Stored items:
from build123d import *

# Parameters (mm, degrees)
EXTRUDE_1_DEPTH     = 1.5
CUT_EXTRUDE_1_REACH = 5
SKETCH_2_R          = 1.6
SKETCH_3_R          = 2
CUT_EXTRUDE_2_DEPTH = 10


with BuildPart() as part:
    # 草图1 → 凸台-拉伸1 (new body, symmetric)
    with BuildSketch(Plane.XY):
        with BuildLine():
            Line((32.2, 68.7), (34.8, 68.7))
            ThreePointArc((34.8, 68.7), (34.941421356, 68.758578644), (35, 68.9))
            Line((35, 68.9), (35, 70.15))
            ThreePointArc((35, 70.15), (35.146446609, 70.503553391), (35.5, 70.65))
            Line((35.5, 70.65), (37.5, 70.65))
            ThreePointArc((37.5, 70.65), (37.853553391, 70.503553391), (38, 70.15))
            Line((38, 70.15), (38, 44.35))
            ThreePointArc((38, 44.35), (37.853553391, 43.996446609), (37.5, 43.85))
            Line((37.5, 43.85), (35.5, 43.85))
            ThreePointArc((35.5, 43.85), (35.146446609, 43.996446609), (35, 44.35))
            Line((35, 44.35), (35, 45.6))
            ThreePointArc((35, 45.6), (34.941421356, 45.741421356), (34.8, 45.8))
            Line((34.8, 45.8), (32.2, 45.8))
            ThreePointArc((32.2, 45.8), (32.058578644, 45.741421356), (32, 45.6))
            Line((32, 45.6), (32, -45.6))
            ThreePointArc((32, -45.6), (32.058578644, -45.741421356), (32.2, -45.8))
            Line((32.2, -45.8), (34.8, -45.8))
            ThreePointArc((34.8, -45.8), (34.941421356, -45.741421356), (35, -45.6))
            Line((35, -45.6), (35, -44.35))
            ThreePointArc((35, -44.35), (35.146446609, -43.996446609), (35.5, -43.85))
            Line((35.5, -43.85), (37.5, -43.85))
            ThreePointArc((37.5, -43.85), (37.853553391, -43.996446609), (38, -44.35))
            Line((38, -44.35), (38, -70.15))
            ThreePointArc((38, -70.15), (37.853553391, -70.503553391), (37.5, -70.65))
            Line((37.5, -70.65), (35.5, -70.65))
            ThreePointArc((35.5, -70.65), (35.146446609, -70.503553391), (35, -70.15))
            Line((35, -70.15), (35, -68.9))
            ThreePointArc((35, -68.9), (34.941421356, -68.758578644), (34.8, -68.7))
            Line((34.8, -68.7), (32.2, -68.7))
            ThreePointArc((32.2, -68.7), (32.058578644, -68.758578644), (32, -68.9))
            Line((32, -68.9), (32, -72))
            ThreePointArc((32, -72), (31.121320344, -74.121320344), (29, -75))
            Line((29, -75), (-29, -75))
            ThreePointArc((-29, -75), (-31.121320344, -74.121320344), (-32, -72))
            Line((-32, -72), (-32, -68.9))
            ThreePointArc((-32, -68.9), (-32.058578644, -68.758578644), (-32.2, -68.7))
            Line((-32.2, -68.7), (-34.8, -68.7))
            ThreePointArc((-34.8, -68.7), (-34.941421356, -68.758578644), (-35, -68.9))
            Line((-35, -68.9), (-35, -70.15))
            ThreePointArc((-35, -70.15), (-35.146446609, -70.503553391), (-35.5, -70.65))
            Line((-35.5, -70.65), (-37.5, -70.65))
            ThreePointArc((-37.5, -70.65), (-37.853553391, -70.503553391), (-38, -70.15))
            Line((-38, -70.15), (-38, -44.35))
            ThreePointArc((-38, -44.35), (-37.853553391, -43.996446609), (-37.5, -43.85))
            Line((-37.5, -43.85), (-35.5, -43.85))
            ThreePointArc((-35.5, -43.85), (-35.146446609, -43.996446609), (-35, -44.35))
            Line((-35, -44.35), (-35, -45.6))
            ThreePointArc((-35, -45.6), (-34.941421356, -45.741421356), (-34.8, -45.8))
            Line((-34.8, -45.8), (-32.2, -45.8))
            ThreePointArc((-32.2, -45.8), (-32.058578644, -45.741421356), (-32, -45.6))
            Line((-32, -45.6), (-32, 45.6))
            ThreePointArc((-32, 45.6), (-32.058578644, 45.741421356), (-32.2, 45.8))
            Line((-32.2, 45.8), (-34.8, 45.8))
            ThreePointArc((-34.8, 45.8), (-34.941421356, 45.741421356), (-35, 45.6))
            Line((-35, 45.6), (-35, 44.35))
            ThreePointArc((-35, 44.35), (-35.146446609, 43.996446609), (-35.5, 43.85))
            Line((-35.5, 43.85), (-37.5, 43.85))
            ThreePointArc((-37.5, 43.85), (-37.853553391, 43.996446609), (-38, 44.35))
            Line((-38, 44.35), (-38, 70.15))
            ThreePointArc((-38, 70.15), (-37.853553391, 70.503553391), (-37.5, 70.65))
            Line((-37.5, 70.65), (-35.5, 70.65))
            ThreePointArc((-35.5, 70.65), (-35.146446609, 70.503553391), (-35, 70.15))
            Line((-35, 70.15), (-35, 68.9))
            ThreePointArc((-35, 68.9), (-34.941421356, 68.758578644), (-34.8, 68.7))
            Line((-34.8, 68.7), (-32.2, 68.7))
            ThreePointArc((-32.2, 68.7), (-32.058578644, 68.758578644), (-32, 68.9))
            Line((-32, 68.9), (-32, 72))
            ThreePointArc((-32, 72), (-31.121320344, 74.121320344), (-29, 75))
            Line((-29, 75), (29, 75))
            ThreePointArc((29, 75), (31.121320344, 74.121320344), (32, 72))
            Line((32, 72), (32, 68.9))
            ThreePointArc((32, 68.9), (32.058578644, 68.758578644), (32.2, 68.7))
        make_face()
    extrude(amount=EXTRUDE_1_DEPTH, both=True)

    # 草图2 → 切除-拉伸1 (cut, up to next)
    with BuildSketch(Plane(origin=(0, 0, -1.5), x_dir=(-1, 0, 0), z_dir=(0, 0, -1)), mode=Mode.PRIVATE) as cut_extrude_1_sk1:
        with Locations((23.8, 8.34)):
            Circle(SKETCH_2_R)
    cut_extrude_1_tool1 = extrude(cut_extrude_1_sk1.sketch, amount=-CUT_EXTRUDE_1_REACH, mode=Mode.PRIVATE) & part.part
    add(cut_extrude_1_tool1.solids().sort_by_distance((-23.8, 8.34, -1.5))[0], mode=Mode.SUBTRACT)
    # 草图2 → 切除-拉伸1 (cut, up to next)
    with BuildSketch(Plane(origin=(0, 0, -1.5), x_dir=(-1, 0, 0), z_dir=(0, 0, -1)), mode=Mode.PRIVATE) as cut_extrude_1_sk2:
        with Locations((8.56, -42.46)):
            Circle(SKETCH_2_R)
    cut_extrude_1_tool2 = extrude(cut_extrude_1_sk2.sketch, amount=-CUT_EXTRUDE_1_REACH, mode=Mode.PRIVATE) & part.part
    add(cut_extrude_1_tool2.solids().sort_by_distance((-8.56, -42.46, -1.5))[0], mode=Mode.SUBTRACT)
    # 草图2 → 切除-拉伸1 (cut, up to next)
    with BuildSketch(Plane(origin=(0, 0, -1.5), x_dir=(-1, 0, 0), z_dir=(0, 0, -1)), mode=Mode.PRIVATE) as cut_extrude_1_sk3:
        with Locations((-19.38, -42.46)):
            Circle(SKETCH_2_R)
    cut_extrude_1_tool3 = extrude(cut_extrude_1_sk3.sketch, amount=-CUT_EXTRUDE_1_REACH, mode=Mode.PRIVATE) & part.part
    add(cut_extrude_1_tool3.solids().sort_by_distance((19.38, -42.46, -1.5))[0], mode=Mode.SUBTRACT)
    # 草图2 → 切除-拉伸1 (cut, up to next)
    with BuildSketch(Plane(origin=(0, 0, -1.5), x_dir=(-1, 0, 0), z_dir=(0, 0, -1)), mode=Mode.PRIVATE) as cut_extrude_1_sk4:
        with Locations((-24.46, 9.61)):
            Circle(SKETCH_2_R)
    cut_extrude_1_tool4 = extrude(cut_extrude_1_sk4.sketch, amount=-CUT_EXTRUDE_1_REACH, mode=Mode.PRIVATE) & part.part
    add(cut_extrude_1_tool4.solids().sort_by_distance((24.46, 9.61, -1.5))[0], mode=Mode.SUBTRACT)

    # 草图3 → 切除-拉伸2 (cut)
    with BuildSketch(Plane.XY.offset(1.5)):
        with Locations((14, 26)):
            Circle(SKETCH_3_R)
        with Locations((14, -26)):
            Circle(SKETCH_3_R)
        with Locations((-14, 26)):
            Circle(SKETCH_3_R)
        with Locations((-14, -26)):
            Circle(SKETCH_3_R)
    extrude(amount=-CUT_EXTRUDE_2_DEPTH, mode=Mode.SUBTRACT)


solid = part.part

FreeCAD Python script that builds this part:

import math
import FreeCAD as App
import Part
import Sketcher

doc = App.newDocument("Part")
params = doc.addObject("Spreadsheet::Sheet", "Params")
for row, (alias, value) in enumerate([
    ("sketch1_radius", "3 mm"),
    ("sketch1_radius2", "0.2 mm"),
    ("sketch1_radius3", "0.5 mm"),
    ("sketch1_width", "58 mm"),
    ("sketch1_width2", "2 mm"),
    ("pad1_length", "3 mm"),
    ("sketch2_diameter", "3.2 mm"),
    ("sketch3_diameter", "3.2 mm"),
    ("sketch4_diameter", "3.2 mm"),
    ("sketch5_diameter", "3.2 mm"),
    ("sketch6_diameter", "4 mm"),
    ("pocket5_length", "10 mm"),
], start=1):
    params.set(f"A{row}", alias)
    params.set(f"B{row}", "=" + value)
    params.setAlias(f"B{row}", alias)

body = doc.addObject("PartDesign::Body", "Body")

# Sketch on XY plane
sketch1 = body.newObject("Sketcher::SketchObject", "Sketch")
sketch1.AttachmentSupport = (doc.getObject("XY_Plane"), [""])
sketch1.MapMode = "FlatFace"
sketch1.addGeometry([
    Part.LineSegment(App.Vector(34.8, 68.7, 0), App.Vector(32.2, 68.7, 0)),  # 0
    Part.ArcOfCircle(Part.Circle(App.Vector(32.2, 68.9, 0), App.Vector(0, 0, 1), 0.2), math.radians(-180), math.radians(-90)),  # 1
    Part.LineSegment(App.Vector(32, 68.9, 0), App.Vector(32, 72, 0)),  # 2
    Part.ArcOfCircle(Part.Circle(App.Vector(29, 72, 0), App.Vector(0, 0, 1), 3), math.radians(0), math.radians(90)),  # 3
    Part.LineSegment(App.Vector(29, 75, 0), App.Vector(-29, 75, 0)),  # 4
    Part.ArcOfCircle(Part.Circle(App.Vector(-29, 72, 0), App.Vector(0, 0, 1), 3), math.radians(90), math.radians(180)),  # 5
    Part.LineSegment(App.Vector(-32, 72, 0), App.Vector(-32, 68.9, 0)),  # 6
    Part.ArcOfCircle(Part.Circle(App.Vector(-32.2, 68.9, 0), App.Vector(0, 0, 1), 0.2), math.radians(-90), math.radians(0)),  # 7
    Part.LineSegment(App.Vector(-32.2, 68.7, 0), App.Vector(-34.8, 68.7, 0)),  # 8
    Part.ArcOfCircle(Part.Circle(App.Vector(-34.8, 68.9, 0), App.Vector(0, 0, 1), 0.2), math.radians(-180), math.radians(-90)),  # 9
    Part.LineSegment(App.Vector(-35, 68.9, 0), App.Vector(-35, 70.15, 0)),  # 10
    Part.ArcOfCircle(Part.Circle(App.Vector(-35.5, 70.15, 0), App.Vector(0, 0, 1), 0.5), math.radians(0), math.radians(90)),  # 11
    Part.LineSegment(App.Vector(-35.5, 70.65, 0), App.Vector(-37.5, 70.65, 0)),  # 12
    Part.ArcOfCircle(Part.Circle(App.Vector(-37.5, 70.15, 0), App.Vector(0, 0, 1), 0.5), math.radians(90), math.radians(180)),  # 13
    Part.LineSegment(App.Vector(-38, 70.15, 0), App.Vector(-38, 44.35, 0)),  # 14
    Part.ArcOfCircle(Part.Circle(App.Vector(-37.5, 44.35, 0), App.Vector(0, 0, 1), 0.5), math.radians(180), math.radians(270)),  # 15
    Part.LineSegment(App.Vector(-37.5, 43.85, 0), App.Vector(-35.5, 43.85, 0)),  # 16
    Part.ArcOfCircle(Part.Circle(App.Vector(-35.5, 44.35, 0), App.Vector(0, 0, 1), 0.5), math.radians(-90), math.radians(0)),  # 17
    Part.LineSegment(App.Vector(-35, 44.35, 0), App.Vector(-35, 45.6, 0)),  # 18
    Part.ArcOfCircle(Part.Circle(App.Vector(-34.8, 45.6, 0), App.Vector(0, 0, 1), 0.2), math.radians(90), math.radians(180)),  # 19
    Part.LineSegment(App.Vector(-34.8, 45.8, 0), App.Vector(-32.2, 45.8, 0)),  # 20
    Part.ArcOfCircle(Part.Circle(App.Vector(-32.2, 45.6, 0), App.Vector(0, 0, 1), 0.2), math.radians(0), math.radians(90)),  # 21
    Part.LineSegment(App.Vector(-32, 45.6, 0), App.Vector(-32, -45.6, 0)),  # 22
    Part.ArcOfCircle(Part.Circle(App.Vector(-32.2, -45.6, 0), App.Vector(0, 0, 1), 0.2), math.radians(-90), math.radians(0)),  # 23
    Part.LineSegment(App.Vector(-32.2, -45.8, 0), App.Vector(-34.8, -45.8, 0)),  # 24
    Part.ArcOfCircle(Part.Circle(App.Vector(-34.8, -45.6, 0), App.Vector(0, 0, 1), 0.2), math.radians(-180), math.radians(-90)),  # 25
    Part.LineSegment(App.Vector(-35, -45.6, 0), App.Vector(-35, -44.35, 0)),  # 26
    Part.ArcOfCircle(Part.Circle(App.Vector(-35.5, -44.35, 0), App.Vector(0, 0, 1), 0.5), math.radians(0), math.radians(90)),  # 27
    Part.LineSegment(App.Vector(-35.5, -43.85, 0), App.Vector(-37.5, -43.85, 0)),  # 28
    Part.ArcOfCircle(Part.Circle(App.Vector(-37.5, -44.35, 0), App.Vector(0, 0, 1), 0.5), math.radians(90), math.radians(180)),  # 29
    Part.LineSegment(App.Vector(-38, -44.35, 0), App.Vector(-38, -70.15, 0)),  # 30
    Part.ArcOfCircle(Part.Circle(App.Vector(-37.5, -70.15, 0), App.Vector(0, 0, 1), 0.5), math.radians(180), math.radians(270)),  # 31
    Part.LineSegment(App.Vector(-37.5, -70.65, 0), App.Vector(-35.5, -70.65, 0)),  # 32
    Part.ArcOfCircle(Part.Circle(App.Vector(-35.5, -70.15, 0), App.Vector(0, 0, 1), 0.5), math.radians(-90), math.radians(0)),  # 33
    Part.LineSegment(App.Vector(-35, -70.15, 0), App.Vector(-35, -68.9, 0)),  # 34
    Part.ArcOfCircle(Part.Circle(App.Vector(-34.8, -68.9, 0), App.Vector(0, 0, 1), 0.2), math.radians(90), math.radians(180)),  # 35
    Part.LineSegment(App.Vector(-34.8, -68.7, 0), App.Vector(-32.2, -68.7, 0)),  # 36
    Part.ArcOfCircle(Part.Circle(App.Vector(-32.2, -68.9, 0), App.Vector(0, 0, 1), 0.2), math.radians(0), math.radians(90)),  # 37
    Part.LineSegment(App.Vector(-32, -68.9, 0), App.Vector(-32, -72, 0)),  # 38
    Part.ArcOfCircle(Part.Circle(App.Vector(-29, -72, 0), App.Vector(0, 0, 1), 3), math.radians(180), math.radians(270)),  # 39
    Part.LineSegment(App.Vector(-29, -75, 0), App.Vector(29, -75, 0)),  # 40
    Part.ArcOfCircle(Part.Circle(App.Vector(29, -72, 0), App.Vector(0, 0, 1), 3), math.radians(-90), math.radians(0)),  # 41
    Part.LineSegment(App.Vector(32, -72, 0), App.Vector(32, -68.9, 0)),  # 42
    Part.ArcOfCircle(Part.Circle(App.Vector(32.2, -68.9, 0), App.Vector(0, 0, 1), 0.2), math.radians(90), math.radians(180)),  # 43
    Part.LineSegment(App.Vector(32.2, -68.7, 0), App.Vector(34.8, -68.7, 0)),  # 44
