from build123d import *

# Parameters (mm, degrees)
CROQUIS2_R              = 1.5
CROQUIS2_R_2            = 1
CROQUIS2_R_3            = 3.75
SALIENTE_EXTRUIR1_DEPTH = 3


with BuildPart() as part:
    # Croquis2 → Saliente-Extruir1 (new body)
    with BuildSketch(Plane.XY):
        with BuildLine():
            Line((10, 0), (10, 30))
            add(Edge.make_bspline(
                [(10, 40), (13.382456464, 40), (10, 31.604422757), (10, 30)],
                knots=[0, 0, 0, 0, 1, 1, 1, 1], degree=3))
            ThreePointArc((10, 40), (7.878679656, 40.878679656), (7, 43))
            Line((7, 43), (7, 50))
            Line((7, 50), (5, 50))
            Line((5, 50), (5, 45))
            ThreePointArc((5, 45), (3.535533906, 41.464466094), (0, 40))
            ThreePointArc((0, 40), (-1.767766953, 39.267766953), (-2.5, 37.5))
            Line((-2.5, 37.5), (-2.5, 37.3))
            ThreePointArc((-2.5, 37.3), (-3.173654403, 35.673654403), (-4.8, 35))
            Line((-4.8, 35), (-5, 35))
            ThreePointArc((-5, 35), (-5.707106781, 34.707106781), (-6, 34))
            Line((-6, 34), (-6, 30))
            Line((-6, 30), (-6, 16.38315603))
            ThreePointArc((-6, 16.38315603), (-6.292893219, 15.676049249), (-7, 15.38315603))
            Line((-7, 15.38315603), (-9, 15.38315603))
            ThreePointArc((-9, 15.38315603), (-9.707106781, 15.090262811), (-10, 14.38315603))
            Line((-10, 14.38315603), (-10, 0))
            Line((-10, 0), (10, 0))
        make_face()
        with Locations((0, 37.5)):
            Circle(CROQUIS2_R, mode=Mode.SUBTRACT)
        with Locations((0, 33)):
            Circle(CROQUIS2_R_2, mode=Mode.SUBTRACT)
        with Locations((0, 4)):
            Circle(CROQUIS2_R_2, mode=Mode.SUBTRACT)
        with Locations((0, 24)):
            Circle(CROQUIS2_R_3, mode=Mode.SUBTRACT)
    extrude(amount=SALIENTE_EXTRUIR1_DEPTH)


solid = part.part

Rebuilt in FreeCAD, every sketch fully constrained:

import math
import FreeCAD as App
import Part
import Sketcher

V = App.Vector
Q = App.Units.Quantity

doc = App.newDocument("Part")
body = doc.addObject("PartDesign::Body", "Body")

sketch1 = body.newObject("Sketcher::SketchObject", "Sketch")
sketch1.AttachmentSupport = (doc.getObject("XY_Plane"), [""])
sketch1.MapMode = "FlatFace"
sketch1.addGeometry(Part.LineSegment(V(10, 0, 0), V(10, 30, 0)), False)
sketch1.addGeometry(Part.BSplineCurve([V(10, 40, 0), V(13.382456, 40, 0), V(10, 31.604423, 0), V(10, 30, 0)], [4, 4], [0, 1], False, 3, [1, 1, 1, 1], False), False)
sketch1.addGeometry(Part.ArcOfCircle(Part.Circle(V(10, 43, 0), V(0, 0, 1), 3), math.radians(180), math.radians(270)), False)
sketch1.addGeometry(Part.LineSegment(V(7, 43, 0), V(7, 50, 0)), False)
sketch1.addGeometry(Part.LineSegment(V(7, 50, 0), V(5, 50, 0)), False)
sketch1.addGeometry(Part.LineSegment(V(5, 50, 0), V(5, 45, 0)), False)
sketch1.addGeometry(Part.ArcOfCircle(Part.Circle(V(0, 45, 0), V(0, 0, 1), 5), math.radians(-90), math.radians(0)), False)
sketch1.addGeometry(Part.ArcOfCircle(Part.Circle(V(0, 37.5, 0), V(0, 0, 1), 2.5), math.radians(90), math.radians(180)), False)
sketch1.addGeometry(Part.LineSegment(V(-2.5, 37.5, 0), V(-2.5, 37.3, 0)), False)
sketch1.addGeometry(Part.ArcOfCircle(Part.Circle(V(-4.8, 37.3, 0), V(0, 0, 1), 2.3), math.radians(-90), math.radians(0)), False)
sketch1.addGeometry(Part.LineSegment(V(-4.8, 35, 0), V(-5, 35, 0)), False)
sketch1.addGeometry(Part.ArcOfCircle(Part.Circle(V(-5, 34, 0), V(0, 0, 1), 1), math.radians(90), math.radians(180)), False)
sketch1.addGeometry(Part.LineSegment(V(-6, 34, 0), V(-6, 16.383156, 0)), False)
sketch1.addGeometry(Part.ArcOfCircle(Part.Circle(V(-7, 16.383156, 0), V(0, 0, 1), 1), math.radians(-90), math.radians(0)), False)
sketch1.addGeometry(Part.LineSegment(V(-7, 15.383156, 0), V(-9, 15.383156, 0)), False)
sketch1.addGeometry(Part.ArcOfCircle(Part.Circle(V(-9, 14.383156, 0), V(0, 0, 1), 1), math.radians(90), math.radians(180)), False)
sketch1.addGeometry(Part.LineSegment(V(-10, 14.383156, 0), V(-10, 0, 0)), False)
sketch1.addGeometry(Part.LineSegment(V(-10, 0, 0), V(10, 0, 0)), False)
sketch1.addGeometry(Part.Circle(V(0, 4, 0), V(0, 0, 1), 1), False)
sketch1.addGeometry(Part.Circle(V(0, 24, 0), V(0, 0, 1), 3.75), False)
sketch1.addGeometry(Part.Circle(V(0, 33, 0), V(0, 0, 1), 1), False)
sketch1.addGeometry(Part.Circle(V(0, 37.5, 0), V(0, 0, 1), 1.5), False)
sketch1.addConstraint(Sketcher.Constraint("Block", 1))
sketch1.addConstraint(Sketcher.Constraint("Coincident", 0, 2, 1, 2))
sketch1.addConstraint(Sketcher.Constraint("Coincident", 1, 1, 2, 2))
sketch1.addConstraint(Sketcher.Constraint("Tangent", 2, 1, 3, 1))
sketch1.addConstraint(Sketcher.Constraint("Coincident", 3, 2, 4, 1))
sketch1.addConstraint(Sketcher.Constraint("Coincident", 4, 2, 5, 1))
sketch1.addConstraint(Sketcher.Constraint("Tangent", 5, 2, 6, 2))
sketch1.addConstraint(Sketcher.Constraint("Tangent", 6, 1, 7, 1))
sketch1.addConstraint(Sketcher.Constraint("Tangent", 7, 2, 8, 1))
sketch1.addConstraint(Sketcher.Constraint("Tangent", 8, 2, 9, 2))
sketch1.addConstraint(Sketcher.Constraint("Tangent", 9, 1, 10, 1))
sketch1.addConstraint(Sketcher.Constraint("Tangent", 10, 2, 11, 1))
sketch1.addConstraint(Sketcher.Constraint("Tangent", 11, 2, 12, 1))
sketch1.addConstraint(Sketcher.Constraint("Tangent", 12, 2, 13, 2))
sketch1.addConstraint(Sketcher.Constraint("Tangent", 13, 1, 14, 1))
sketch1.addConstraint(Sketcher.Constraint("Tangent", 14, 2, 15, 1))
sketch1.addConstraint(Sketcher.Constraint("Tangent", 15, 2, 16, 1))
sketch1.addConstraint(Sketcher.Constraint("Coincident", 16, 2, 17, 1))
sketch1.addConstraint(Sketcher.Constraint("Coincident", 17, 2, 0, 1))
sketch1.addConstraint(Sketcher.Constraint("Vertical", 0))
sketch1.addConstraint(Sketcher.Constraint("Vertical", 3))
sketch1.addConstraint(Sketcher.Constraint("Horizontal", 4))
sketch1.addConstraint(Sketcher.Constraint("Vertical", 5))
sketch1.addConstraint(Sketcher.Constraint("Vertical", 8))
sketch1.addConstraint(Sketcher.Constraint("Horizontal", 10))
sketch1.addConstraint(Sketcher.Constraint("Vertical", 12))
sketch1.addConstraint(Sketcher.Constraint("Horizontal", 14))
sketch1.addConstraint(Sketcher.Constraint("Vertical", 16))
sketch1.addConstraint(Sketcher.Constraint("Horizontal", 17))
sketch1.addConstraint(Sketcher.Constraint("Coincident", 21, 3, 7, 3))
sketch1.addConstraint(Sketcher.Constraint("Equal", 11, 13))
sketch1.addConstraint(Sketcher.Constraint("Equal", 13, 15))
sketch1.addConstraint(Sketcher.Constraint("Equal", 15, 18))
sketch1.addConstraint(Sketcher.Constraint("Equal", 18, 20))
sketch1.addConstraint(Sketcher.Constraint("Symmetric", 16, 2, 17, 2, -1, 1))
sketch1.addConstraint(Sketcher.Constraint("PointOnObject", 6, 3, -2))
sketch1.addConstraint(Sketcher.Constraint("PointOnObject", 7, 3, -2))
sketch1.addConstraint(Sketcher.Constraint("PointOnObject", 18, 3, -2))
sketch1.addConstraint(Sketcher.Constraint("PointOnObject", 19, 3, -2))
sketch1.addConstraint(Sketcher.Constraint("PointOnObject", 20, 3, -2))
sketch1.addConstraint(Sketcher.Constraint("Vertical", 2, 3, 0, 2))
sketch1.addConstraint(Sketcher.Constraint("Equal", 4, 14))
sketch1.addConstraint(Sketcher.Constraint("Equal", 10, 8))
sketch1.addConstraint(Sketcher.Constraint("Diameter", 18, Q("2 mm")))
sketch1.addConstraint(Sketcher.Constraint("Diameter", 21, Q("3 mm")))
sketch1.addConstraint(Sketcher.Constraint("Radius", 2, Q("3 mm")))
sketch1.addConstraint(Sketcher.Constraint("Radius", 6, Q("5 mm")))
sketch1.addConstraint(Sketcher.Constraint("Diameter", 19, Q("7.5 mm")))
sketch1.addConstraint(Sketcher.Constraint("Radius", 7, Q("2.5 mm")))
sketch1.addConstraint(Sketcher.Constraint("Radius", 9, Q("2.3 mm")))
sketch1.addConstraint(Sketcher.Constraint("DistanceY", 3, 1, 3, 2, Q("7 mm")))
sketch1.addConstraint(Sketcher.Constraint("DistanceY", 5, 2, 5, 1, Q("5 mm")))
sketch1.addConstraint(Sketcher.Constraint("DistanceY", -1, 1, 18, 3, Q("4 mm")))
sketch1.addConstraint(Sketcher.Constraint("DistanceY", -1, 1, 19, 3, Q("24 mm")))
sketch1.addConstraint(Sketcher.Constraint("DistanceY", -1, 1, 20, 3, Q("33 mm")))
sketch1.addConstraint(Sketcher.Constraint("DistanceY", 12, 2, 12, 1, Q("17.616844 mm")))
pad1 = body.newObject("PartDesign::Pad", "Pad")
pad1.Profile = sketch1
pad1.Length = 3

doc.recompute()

> [WHAT THE EXERCISE ASKS] An exact copy of the lines above, from the one containing "Line((5, 50), (5, 45))" through the one containing "Line((-2.5, 37.5), (-2.5, 37.3))", is the whole of the answer.

> [EXPECTED ANSWER]
            Line((5, 50), (5, 45))
            ThreePointArc((5, 45), (3.535533906, 41.464466094), (0, 40))
            ThreePointArc((0, 40), (-1.767766953, 39.267766953), (-2.5, 37.5))
            Line((-2.5, 37.5), (-2.5, 37.3))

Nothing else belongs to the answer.